Your goal = Below are the records; give again exactly the line with "#68=ADVANCED_FACE('',(#64),#67,.F.);", the line with "#77=EDGE_CURVE('',#72,#30,#76,.T.);", and each line that lies between them, and nothing besides.

Material for this exercise =
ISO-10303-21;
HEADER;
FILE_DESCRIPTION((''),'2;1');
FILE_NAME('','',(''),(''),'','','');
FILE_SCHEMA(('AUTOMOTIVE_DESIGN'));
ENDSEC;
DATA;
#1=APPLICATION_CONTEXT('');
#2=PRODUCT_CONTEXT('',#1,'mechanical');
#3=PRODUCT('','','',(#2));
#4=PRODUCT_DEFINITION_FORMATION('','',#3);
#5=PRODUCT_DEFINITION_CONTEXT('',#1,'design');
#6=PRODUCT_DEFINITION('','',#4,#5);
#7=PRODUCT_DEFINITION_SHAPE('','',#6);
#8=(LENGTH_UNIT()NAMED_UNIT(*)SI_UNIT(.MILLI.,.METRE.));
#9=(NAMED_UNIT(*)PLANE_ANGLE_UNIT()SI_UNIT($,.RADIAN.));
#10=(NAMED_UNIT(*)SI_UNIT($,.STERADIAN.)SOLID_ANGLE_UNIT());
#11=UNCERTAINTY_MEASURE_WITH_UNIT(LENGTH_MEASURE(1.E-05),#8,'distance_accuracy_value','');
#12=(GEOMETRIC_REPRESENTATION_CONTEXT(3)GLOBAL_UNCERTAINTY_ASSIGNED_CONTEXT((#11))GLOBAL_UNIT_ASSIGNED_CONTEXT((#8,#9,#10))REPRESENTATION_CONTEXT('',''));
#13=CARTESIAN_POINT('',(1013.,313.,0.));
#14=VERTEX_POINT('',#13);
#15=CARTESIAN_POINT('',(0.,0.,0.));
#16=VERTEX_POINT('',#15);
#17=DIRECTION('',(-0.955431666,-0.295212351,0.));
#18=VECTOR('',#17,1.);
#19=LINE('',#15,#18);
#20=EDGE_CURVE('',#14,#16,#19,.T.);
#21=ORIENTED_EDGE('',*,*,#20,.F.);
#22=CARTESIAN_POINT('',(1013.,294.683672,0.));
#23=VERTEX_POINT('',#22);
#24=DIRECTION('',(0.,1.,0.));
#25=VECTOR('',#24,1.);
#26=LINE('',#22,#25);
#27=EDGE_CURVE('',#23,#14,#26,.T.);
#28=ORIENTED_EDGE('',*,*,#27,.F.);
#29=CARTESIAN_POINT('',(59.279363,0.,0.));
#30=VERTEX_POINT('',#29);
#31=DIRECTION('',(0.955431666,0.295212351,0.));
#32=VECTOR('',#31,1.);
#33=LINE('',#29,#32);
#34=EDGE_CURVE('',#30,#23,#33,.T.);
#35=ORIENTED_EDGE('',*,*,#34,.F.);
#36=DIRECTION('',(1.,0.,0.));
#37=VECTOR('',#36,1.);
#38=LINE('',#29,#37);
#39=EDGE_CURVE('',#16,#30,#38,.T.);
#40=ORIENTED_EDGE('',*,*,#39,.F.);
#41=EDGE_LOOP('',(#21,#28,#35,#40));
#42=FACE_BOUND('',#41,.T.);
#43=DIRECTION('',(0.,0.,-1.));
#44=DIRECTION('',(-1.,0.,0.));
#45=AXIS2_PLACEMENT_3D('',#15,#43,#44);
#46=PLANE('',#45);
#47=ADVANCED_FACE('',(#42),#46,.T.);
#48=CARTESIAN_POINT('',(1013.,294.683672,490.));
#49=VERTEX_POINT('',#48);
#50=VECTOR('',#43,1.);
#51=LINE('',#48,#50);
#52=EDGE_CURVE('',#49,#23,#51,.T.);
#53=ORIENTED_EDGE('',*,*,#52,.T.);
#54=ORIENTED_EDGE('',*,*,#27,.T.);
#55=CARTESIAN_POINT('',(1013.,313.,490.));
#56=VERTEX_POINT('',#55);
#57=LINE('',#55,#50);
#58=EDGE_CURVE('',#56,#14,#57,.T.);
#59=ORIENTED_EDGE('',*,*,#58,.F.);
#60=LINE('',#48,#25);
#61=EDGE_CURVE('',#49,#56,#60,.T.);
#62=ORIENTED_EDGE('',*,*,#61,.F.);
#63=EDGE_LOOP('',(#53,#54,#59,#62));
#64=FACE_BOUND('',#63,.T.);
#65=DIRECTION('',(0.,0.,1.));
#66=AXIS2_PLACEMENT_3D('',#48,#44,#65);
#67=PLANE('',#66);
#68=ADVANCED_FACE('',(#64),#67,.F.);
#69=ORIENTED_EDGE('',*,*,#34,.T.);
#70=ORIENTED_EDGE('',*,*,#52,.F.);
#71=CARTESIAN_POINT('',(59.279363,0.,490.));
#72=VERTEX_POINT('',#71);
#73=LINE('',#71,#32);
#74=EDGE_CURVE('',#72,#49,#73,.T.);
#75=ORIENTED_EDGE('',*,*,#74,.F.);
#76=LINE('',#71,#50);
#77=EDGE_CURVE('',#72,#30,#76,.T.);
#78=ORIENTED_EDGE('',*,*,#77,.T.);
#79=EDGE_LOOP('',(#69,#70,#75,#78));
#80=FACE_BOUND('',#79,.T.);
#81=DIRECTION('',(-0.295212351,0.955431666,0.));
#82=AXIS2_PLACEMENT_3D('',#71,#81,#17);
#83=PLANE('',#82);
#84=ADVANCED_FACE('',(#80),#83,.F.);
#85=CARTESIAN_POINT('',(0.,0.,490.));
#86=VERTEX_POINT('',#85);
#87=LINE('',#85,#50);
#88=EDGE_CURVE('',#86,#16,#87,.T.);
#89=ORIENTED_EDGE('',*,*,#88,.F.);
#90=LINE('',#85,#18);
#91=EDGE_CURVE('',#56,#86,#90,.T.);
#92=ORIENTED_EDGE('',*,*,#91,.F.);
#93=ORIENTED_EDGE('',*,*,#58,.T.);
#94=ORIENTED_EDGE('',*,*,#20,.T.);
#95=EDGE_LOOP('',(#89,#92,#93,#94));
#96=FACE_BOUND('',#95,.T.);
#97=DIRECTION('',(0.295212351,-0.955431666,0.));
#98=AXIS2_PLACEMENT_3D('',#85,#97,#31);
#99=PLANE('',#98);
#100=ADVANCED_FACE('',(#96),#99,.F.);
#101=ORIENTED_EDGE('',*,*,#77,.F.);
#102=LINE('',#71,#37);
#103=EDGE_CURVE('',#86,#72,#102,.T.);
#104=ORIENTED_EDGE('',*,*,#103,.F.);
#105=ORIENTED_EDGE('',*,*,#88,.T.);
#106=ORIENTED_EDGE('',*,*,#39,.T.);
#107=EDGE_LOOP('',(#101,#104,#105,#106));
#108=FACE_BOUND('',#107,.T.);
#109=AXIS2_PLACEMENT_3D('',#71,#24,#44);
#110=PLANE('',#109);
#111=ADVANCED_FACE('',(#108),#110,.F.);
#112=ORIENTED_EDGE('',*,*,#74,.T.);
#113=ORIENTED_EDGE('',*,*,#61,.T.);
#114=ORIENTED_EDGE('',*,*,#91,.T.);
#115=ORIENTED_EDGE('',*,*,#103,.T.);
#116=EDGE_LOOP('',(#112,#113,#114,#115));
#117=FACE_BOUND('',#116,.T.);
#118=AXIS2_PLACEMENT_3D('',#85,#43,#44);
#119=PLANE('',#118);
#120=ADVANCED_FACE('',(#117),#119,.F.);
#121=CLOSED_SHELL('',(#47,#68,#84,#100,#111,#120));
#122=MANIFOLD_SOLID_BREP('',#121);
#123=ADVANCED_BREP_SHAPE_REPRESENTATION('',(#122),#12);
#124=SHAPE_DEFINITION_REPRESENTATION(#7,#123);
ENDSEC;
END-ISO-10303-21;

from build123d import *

# Parameters (mm, degrees)
BOSS_EXTRUDE1_DEPTH = 490


with BuildPart() as part:
    # Sketch1 → Boss-Extrude1 (new body)
    with BuildSketch(Plane.XY):
        Polygon((0, 0), (1013, 313), (1013, 294.683671761), (59.27936264, 0), align=None)
    extrude(amount=BOSS_EXTRUDE1_DEPTH)


solid = part.part
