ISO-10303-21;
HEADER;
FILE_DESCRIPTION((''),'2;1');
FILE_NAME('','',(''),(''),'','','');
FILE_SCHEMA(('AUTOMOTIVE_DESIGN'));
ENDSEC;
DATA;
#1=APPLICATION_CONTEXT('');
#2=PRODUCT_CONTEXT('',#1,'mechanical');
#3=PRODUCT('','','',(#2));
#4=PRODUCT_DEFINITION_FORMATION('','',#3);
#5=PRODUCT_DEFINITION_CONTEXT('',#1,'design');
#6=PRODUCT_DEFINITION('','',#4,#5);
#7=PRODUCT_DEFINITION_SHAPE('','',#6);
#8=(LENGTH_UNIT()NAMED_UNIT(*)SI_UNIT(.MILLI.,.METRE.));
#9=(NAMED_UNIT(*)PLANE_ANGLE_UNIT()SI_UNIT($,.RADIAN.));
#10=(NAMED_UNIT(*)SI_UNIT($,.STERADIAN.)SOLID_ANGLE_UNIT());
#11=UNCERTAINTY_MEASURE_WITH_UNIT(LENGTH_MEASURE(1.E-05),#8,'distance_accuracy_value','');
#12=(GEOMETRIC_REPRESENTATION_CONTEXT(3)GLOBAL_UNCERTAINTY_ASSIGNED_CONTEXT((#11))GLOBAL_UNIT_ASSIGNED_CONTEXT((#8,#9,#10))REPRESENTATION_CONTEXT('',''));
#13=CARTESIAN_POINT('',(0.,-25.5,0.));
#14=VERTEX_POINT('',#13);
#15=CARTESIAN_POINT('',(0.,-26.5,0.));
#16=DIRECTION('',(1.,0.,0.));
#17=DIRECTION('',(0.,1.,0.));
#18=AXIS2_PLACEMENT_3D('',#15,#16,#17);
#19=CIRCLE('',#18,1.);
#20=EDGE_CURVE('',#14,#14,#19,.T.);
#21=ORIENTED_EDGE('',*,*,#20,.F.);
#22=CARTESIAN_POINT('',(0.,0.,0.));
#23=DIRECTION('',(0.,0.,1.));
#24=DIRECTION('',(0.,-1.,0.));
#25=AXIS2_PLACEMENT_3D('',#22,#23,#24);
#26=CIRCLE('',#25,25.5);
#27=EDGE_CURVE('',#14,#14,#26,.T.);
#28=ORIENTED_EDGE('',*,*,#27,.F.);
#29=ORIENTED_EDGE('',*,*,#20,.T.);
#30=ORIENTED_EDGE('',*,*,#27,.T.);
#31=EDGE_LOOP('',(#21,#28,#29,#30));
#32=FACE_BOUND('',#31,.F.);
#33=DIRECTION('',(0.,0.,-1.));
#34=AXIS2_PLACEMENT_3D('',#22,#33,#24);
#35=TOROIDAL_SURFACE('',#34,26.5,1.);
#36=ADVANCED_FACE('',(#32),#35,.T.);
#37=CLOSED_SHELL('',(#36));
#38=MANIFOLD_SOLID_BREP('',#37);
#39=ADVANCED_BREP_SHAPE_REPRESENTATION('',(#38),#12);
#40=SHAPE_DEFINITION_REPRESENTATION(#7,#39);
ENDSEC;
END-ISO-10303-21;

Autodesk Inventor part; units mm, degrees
ref_plane "YZ Plane" through (0, 0, 0) normal (1, 0, 0) x (0, 1, 0)
ref_plane "XZ Plane" through (0, 0, 0) normal (0, 1, 0) x (-1, 0, 0)
ref_plane "XY Plane" through (0, 0, 0) normal (0, 0, 1) x (1, 0, 0)
sketch "Skizze1" plane through (0, 0, 0) normal (1, 0, 0) x (0, 1, 0)
  circle A0 centre (-26.5, 0) radius 1
  line L0 (0, -1.4) -> (0, 1.4) projected
  point P0 (0, 0)
  dimension "d4" = 26.5
revolve "Umdrehung1" add sketch "Skizze1" angle 360 about axis through (0, 0, -10) along (0, 0, 1)
properties part number "O-Ring_51_2"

Written reply =
#68=ADVANCED_FACE('',(#64),#67,.F.);
#69=ORIENTED_EDGE('',*,*,#34,.T.);
#70=ORIENTED_EDGE('',*,*,#52,.F.);
#71=CARTESIAN_POINT('',(59.279363,0.,490.));
#72=VERTEX_POINT('',#71);
#73=LINE('',#71,#32);
#74=EDGE_CURVE('',#72,#49,#73,.T.);
#75=ORIENTED_EDGE('',*,*,#74,.F.);
#76=LINE('',#71,#50);
#77=EDGE_CURVE('',#72,#30,#76,.T.);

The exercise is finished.